Read, read and read. There is so much amazing stuff out there, college barely scrapes the skin.
Write, write and write. It is important that everyone contributes to the ever growing body of knowledge in the field. CYC-NET makes this a realistic opportunity.
Self-reflection is key – consider why you are going to response in a particular way, consider if it is working as it occurs and de-brief with yourself after.
In the words of Douglas Adam, ‘Don’t Panic !’.
Garfat, T. (2008). The inter-personal in-between: An exploration of relational child and youth care practice. In Bellefueille, G. and Ricks, F. (Eds.) Standing on the precipice. Edmonton, Canada. MacEwan Press. pp. 8-9.
This is the first in the series of 36 ‘Celtic Connection’ articles, co-written with my very good friend, Maxwell Smart.
Initially I being to think of the amazing and renowned influences in my career, such as (believe it or not) Sigmund Freud, Garfat (my friend and mentor), Brendtro and Maxwell.
Realizing that these wonderful people are all relatively recent influences, I need also to acknowledge my mum and dad. They made things better, made problems easier to cope with and were always there looking on in an unassuming, responsive and non-judgmental way (and that can’t have been easy with seven kids). Parents. I salute you both!

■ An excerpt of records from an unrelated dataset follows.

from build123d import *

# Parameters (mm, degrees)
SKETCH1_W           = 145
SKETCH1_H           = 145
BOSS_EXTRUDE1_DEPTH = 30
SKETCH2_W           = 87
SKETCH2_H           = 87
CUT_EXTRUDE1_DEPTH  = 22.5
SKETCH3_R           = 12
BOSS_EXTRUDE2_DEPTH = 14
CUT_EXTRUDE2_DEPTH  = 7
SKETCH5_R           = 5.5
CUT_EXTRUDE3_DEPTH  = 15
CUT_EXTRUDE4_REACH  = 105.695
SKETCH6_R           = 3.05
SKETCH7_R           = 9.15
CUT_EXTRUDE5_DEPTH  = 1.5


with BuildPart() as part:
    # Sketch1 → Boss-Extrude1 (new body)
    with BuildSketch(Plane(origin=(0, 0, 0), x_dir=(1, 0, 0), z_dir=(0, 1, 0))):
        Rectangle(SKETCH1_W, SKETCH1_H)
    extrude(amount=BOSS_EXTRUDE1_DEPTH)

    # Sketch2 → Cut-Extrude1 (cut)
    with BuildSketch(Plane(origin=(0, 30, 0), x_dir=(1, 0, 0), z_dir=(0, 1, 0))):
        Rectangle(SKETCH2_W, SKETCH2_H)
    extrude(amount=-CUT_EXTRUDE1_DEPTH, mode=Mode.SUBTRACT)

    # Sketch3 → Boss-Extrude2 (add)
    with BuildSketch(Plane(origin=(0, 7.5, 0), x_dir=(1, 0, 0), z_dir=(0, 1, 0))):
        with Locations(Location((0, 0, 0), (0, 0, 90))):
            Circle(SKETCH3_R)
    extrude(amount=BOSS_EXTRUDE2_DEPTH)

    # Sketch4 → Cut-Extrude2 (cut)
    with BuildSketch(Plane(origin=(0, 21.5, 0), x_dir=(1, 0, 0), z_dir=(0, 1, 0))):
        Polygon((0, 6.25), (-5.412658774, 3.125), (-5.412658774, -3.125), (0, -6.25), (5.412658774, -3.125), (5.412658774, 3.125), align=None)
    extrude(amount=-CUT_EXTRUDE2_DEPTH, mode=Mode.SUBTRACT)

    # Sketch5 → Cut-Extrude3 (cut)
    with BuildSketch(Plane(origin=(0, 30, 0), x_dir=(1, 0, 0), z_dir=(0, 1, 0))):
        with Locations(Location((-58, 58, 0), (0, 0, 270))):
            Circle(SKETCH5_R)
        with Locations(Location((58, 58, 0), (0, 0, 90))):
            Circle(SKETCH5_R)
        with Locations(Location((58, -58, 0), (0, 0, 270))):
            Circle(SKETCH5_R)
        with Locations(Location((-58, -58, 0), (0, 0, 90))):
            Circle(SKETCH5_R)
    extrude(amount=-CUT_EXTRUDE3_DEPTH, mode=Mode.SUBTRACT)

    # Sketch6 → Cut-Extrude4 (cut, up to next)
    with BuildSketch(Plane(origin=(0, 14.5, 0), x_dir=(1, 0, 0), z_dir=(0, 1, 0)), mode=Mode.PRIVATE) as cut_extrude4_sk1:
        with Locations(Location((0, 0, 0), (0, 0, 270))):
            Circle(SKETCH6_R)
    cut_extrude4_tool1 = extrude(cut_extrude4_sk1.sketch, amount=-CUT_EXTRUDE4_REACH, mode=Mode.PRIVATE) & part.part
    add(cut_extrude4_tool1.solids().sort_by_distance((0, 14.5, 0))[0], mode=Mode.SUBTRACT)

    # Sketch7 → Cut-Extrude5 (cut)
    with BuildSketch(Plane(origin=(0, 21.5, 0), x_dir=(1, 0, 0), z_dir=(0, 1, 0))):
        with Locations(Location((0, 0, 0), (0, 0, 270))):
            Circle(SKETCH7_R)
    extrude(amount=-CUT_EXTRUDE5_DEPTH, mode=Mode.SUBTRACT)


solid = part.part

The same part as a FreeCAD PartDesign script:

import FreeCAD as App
import Part
import Sketcher

V = App.Vector
Q = App.Units.Quantity


def add_polygon(sketch, points):
    """Adds a closed chain of lines whose ends are joined by coincident constraints."""
    first, n = sketch.GeometryCount, len(points)
    for a, b in zip(points, points[1:] + points[:1]):
        sketch.addGeometry(Part.LineSegment(App.Vector(*a, 0), App.Vector(*b, 0)), False)
    for i in range(n):
        sketch.addConstraint(Sketcher.Constraint("Coincident", first + i, 2, first + (i + 1) % n, 1))

doc = App.newDocument("Part")
params = doc.addObject("Spreadsheet::Sheet", "Params")
for row, (alias, value) in enumerate([
    ("sketch1_width", "145 mm"),
    ("pad1_length", "30 mm"),
    ("sketch2_width", "87 mm"),
    ("pocket1_length", "22.5 mm"),
    ("sketch3_diameter", "24 mm"),
    ("pad2_length", "14 mm"),
    ("sketch4_height", "6.25 mm"),
    ("pocket2_length", "7 mm"),
    ("sketch5_diameter", "11 mm"),
    ("pocket3_length", "15 mm"),
    ("sketch6_diameter", "6.1 mm"),
    ("sketch7_diameter", "18.3 mm"),
    ("pocket5_length", "1.5 mm"),
], start=1):
    params.set(f"A{row}", alias)
    params.set(f"B{row}", "=" + value)
    params.setAlias(f"B{row}", alias)

body = doc.addObject("PartDesign::Body", "Body")

sketch1 = doc.addObject("Sketcher::SketchObject", "Sketch")
body.addObject(sketch1)
sketch1.AttachmentSupport = (doc.XZ_Plane, [""])
sketch1.MapMode = "FlatFace"
add_polygon(sketch1, [(-72.5, -72.5), (-72.5, 72.5), (72.5, 72.5), (72.5, -72.5)])
sketch1.addConstraint([
    Sketcher.Constraint("Vertical", 0),
    Sketcher.Constraint("Horizontal", 1),
    Sketcher.Constraint("Vertical", 2),
    Sketcher.Constraint("Horizontal", 3),
    Sketcher.Constraint("Symmetric", 0, 2, 2, 2, -1, 1),
    Sketcher.Constraint("Equal", 3, 0),
    Sketcher.Constraint("DistanceX", 1, 1, 1, 2, 145.0),
])
sketch1.setExpression("Constraints[10]", "Params.sketch1_width")
pad1 = doc.addObject("PartDesign::Pad", "Pad")
body.addObject(pad1)
pad1.Profile = sketch1
pad1.setExpression("Length", "Params.pad1_length")
pad1.Reversed = True

sketch2 = doc.addObject("Sketcher::SketchObject", "Sketch001")
body.addObject(sketch2)
sketch2.AttachmentSupport = (doc.XZ_Plane, [""])
sketch2.MapMode = "FlatFace"
sketch2.AttachmentOffset = App.Placement(V(0, 0, -30), App.Rotation())
add_polygon(sketch2, [(-43.5, -43.5), (-43.5, 43.5), (43.5, 43.5), (43.5, -43.5)])
sketch2.addConstraint([
    Sketcher.Constraint("Vertical", 0),
    Sketcher.Constraint("Horizontal", 1),
    Sketcher.Constraint("Vertical", 2),
    Sketcher.Constraint("Horizontal", 3),
    Sketcher.Constraint("Symmetric", 0, 2, 2, 2, -1, 1),
    Sketcher.Constraint("Equal", 3, 0),
    Sketcher.Constraint("DistanceX", 1, 1, 1, 2, 87.0),
])
sketch2.setExpression("Constraints[10]", "Params.sketch2_width")
pocket1 = doc.addObject("PartDesign::Pocket", "Pocket")
body.addObject(pocket1)
pocket1.Profile = sketch2
pocket1.setExpression("Length", "Params.pocket1_length")
pocket1.Reversed = True

sketch3 = doc.addObject("Sketcher::SketchObject", "Sketch002")
body.addObject(sketch3)
sketch3.AttachmentSupport = (doc.XZ_Plane, [""])
sketch3.MapMode = "FlatFace"
sketch3.AttachmentOffset = App.Placement(V(0, 0, -7.5), App.Rotation())
sketch3.addGeometry(Part.Circle(V(0, 0, 0), V(0, 0, 1), 12), False)
sketch3.addConstraint([
    Sketcher.Constraint("Coincident", 0, 3, -1, 1),
    Sketcher.Constraint("Diameter", 0, 24.0),
])
sketch3.setExpression("Constraints[1]", "Params.sketch3_diameter")
pad2 = doc.addObject("PartDesign::Pad", "Pad001")
body.addObject(pad2)
pad2.Profile = sketch3
pad2.setExpression("Length", "Params.pad2_length")
pad2.Reversed = True

sketch4 = doc.addObject("Sketcher::SketchObject", "Sketch003")
body.addObject(sketch4)
sketch4.AttachmentSupport = (doc.XZ_Plane, [""])
sketch4.MapMode = "FlatFace"
sketch4.AttachmentOffset = App.Placement(V(0, 0, -21.5), App.Rotation())
add_polygon(sketch4, [(0, -6.25), (-5.412659, -3.125), (-5.412659, 3.125), (0, 6.25), (5.412659, 3.125), (5.412659, -3.125)])
sketch4.addConstraint([
    Sketcher.Constraint("Vertical", 1),
    Sketcher.Constraint("Vertical", 4),
    Sketcher.Constraint("Symmetric", 0, 2, 3, 2, -1, 1),
    Sketcher.Constraint("Symmetric", 2, 2, 5, 2, -1, 1),
    Sketcher.Constraint("PointOnObject", 2, 2, -2),
    Sketcher.Constraint("Parallel", 2, 5),
    Sketcher.Constraint("Horizontal", 1, 2, 3, 2),
    Sketcher.Constraint("Angle", 0, Q("150 deg")),
    Sketcher.Constraint("DistanceY", 1, 1, 1, 2, 6.25),
    Sketcher.Constraint("DistanceY", 5, 2, 2, 2, 12.5),
])
sketch4.setExpression("Constraints[14]", "Params.sketch4_height")
pocket2 = doc.addObject("PartDesign::Pocket", "Pocket001")
body.addObject(pocket2)
pocket2.Profile = sketch4
pocket2.setExpression("Length", "Params.pocket2_length")
pocket2.Reversed = True

sketch5 = doc.addObject("Sketcher::SketchObject", "Sketch004")
body.addObject(sketch5)
sketch5.AttachmentSupport = (doc.XZ_Plane, [""])
sketch5.MapMode = "FlatFace"
sketch5.AttachmentOffset = App.Placement(V(0, 0, -30), App.Rotation())
sketch5.addGeometry([
    Part.Circle(V(-58, -58, 0), V(0, 0, 1), 5.5),
    Part.Circle(V(58, -58, 0), V(0, 0, 1), 5.5),
    Part.Circle(V(58, 58, 0), V(0, 0, 1), 5.5),
    Part.Circle(V(-58, 58, 0), V(0, 0, 1), 5.5),
], False)
sketch5.addConstraint([
    Sketcher.Constraint("Equal", 0, 1),
    Sketcher.Constraint("Equal", 1, 2),
    Sketcher.Constraint("Equal", 2, 3),
    Sketcher.Constraint("Symmetric", 0, 3, 2, 3, -1, 1),
    Sketcher.Constraint("Symmetric", 1, 3, 3, 3, -1, 1),
    Sketcher.Constraint("Symmetric", 0, 3, 1, 3, -2),
    Sketcher.Constraint("Diameter", 0, 11.0),
    Sketcher.Constraint("DistanceX", 0, 3, -1, 1, 58.0),
    Sketcher.Constraint("DistanceY", 0, 3, -1, 1, 58.0),
])
sketch5.setExpression("Constraints[6]", "Params.sketch5_diameter")
pocket3 = doc.addObject("PartDesign::Pocket", "Pocket002")
body.addObject(pocket3)
pocket3.Profile = sketch5
pocket3.setExpression("Length", "Params.pocket3_length")
pocket3.Reversed = True

sketch6 = doc.addObject("Sketcher::SketchObject", "Sketch005")
body.addObject(sketch6)
sketch6.AttachmentSupport = (doc.XZ_Plane, [""])
sketch6.MapMode = "FlatFace"
sketch6.AttachmentOffset = App.Placement(V(0, 0, -14.5), App.Rotation())
sketch6.addGeometry(Part.Circle(V(0, 0, 0), V(0, 0, 1), 3.05), False)
sketch6.addConstraint([
    Sketcher.Constraint("Coincident", 0, 3, -1, 1),
    Sketcher.Constraint("Diameter", 0, 6.1),
])
sketch6.setExpression("Constraints[1]", "Params.sketch6_diameter")
pocket4 = doc.addObject("PartDesign::Pocket", "Pocket003")
body.addObject(pocket4)
pocket4.Profile = sketch6
pocket4.Type = "UpToFirst"
pocket4.Reversed = True

sketch7 = doc.addObject("Sketcher::SketchObject", "Sketch006")
body.addObject(sketch7)
sketch7.AttachmentSupport = (doc.XZ_Plane, [""])
sketch7.MapMode = "FlatFace"
sketch7.AttachmentOffset = App.Placement(V(0, 0, -21.5), App.Rotation())
sketch7.addGeometry(Part.Circle(V(0, 0, 0), V(0, 0, 1), 9.15), False)
sketch7.addConstraint([
    Sketcher.Constraint("Coincident", 0, 3, -1, 1),
    Sketcher.Constraint("Diameter", 0, 18.3),
])
sketch7.setExpression("Constraints[1]", "Params.sketch7_diameter")
pocket5 = doc.addObject("PartDesign::Pocket", "Pocket004")
body.addObject(pocket5)
pocket5.Profile = sketch7
pocket5.setExpression("Length", "Params.pocket5_length")
pocket5.Reversed = True

doc.recompute()
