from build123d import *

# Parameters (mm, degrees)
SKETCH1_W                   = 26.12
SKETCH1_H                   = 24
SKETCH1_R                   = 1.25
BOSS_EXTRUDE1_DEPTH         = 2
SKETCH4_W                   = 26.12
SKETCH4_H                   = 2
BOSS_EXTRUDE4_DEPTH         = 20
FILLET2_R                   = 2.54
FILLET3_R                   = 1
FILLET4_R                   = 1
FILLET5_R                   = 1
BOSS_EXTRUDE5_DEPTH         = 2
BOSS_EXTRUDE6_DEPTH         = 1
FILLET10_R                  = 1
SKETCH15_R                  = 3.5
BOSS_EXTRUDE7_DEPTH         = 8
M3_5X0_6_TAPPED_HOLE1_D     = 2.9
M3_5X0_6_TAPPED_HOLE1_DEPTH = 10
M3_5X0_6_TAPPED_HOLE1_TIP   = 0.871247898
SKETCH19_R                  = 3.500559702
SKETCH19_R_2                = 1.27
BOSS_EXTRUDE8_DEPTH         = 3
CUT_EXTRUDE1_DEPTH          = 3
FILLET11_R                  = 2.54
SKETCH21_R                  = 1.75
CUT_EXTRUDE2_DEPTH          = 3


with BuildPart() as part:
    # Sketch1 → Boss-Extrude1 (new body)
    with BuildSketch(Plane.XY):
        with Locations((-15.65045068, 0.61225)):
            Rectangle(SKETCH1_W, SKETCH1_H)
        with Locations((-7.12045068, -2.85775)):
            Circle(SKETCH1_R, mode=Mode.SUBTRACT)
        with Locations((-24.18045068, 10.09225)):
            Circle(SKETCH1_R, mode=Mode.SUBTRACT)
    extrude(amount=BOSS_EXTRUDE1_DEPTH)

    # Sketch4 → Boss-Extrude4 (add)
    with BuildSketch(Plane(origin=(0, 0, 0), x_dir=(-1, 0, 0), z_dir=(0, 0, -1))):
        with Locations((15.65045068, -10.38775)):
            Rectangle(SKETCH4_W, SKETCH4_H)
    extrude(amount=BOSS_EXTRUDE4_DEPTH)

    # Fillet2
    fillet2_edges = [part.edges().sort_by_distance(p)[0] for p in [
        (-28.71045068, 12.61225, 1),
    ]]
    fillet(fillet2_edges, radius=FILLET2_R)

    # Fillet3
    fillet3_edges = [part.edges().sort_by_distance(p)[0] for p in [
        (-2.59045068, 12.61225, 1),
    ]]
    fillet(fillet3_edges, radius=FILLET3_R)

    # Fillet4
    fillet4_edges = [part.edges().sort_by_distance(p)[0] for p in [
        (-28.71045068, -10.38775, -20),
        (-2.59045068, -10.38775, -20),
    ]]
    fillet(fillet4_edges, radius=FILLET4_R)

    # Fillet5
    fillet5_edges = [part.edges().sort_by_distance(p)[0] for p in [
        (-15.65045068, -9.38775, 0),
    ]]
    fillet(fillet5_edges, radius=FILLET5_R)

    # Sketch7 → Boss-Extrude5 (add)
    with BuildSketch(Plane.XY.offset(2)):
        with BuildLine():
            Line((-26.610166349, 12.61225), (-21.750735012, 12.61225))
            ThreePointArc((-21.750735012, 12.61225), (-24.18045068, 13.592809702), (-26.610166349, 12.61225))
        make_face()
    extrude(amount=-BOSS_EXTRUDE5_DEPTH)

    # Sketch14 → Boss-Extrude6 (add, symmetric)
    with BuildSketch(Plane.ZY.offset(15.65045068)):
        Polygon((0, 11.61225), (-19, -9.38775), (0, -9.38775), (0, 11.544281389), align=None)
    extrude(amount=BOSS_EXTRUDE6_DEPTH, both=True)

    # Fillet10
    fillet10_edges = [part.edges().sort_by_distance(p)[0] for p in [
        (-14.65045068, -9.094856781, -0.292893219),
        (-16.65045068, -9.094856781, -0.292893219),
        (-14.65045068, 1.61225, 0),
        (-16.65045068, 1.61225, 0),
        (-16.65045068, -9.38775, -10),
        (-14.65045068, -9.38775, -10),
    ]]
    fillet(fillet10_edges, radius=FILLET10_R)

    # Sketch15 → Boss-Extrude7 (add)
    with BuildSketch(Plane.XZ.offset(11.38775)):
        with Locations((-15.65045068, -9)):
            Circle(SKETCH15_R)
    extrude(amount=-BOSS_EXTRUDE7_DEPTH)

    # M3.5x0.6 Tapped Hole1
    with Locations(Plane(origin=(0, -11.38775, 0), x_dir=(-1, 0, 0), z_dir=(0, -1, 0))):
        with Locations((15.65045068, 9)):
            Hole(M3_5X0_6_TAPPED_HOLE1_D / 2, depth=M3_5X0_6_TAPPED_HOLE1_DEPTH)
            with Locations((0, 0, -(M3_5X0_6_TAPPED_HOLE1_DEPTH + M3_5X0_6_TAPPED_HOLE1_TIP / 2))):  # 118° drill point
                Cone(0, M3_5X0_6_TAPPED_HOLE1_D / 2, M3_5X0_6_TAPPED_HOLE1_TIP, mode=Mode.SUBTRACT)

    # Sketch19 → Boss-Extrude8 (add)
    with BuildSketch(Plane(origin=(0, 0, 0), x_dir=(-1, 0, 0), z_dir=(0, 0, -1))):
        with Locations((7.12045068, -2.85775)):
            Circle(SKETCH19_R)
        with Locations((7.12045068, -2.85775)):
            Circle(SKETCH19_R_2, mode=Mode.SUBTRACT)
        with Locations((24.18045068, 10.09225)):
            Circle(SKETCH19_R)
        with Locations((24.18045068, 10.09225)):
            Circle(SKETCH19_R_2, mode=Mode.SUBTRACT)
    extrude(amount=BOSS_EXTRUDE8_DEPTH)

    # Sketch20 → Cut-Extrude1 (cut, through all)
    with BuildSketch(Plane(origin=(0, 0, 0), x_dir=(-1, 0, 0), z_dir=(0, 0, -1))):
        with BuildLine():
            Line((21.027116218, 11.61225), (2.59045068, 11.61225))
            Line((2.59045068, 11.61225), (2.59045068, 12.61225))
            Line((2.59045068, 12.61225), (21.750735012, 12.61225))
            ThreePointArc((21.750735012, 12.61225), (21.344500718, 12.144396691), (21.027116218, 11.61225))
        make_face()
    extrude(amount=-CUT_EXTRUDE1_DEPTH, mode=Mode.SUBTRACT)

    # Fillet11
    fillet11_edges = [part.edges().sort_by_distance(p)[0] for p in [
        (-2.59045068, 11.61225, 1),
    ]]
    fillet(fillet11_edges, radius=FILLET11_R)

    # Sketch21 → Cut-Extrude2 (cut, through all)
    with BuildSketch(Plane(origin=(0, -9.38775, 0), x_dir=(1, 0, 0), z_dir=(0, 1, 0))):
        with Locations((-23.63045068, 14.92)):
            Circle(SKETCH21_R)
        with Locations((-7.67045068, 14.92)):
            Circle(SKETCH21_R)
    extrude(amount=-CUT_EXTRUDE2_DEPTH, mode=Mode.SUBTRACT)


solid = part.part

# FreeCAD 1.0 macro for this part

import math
import FreeCAD as App
import Part
import Sketcher
from FreeCAD import Vector


def edges_at(feature, points):
    """Names of the edges that pass closest to the given points."""
    edges = feature.Shape.Edges
    near = lambda p: min(range(len(edges)), key=lambda i: edges[i].distToShape(Part.Vertex(*p))[0])
    return sorted({f"Edge{near(p) + 1}" for p in points})


def add_polygon(sketch, points):
    """Adds a closed chain of lines whose ends are joined by coincident constraints."""
    first, n = sketch.GeometryCount, len(points)
    for a, b in zip(points, points[1:] + points[:1]):
        sketch.addGeometry(Part.LineSegment(App.Vector(*a, 0), App.Vector(*b, 0)), False)
    for i in range(n):
        sketch.addConstraint(Sketcher.Constraint("Coincident", first + i, 2, first + (i + 1) % n, 1))

doc = App.newDocument("Part")
body = doc.addObject("PartDesign::Body", "Body")

# Sketch on XY plane
sketch1 = doc.addObject("Sketcher::SketchObject", "Sketch")
body.addObject(sketch1)
sketch1.AttachmentSupport = (doc.XY_Plane, [""])
sketch1.MapMode = "FlatFace"
add_polygon(sketch1, [(-28.7, 12.6), (-28.7, -11.4), (-2.6, -11.4), (-2.6, 12.6)])  # lines 0-3
sketch1.addGeometry(Part.Circle(Vector(-7.1, -2.9, 0), Vector(0, 0, 1), 1.2), False)  # 4
sketch1.addGeometry(Part.Circle(Vector(-24.2, 10.1, 0), Vector(0, 0, 1), 1.2), False)  # 5
sketch1.addConstraint([
    Sketcher.Constraint("Vertical", 0),
    Sketcher.Constraint("Horizontal", 1),
    Sketcher.Constraint("Vertical", 2),
    Sketcher.Constraint("Horizontal", 3),
    Sketcher.Constraint("Equal", 4, 5),
    Sketcher.Constraint("Diameter", 4, 2.5),
    Sketcher.Constraint("DistanceY", 0, 2, 0, 1, 24.0),
    Sketcher.Constraint("DistanceX", 1, 1, 1, 2, 26.12),
    Sketcher.Constraint("DistanceX", 5, 3, 4, 3, 17.06),
    Sketcher.Constraint("DistanceY", 4, 3, 5, 3, 12.95),
    Sketcher.Constraint("DistanceX", 0, 2, 5, 3, 4.53),
    Sketcher.Constraint("DistanceY", 0, 2, 5, 3, 21.48),
    Sketcher.Constraint("DistanceX", 4, 3, -1, 1, 7.120451),
    Sketcher.Constraint("DistanceY", 4, 3, -1, 1, 2.85775),
])
pad1 = doc.addObject("PartDesign::Pad", "Pad")
body.addObject(pad1)
pad1.Profile = sketch1
pad1.Length = 2

# Sketch on XY plane
sketch2 = doc.addObject("Sketcher::SketchObject", "Sketch001")
body.addObject(sketch2)
sketch2.AttachmentSupport = (doc.XY_Plane, [""])
sketch2.MapMode = "FlatFace"
add_polygon(sketch2, [(-2.6, -9.4), (-2.6, -11.4), (-28.7, -11.4), (-28.7, -9.4)])  # lines 0-3
sketch2.addConstraint([
    Sketcher.Constraint("Vertical", 0),
    Sketcher.Constraint("Horizontal", 1),
    Sketcher.Constraint("Vertical", 2),
    Sketcher.Constraint("Horizontal", 3),
    Sketcher.Constraint("DistanceY", 0, 2, 0, 1, 2.0),
    Sketcher.Constraint("DistanceX", 1, 2, 1, 1, 26.12),
    Sketcher.Constraint("DistanceX", 0, 2, -1, 1, 2.590451),
    Sketcher.Constraint("DistanceY", 0, 2, -1, 1, 11.38775),
])
pad2 = doc.addObject("PartDesign::Pad", "Pad001")
body.addObject(pad2)
pad2.Profile = sketch2
pad2.Length = 20
pad2.Reversed = True
doc.recompute()

fillet = doc.addObject("PartDesign::Fillet", "Fillet")
body.addObject(fillet)
fillet.Base = (pad2, edges_at(pad2, [(-28.71, 12.612, 1)]))
fillet.Radius = 2.54
doc.recompute()

fillet2 = doc.addObject("PartDesign::Fillet", "Fillet001")
body.addObject(fillet2)
fillet2.Base = (fillet, edges_at(fillet, [(-2.59, 12.612, 1)]))
fillet2.Radius = 1
doc.recompute()

fillet3 = doc.addObject("PartDesign::Fillet", "Fillet002")
body.addObject(fillet3)
fillet3.Base = (fillet2, edges_at(fillet2, [(-28.71, -10.388, -20), (-2.59, -10.388, -20)]))
fillet3.Radius = 1
doc.recompute()

fillet4 = doc.addObject("PartDesign::Fillet", "Fillet003")
body.addObject(fillet4)
fillet4.Base = (fillet3, edges_at(fillet3, [(-15.65, -9.388, 0)]))
fillet4.Radius = 1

Finally, when considering where I get a chance to practice what I preach (and not always successfully) I must admit that I have been very influenced (on a daily basis) by Alison (my long suffering wife), Leanne, Hannah, Jake and Isaac my home grown guinea pigs, always reminding me of the complexities of life and relational care.
‘So long and thanks for all the fish’ - Douglas Adams still shining through.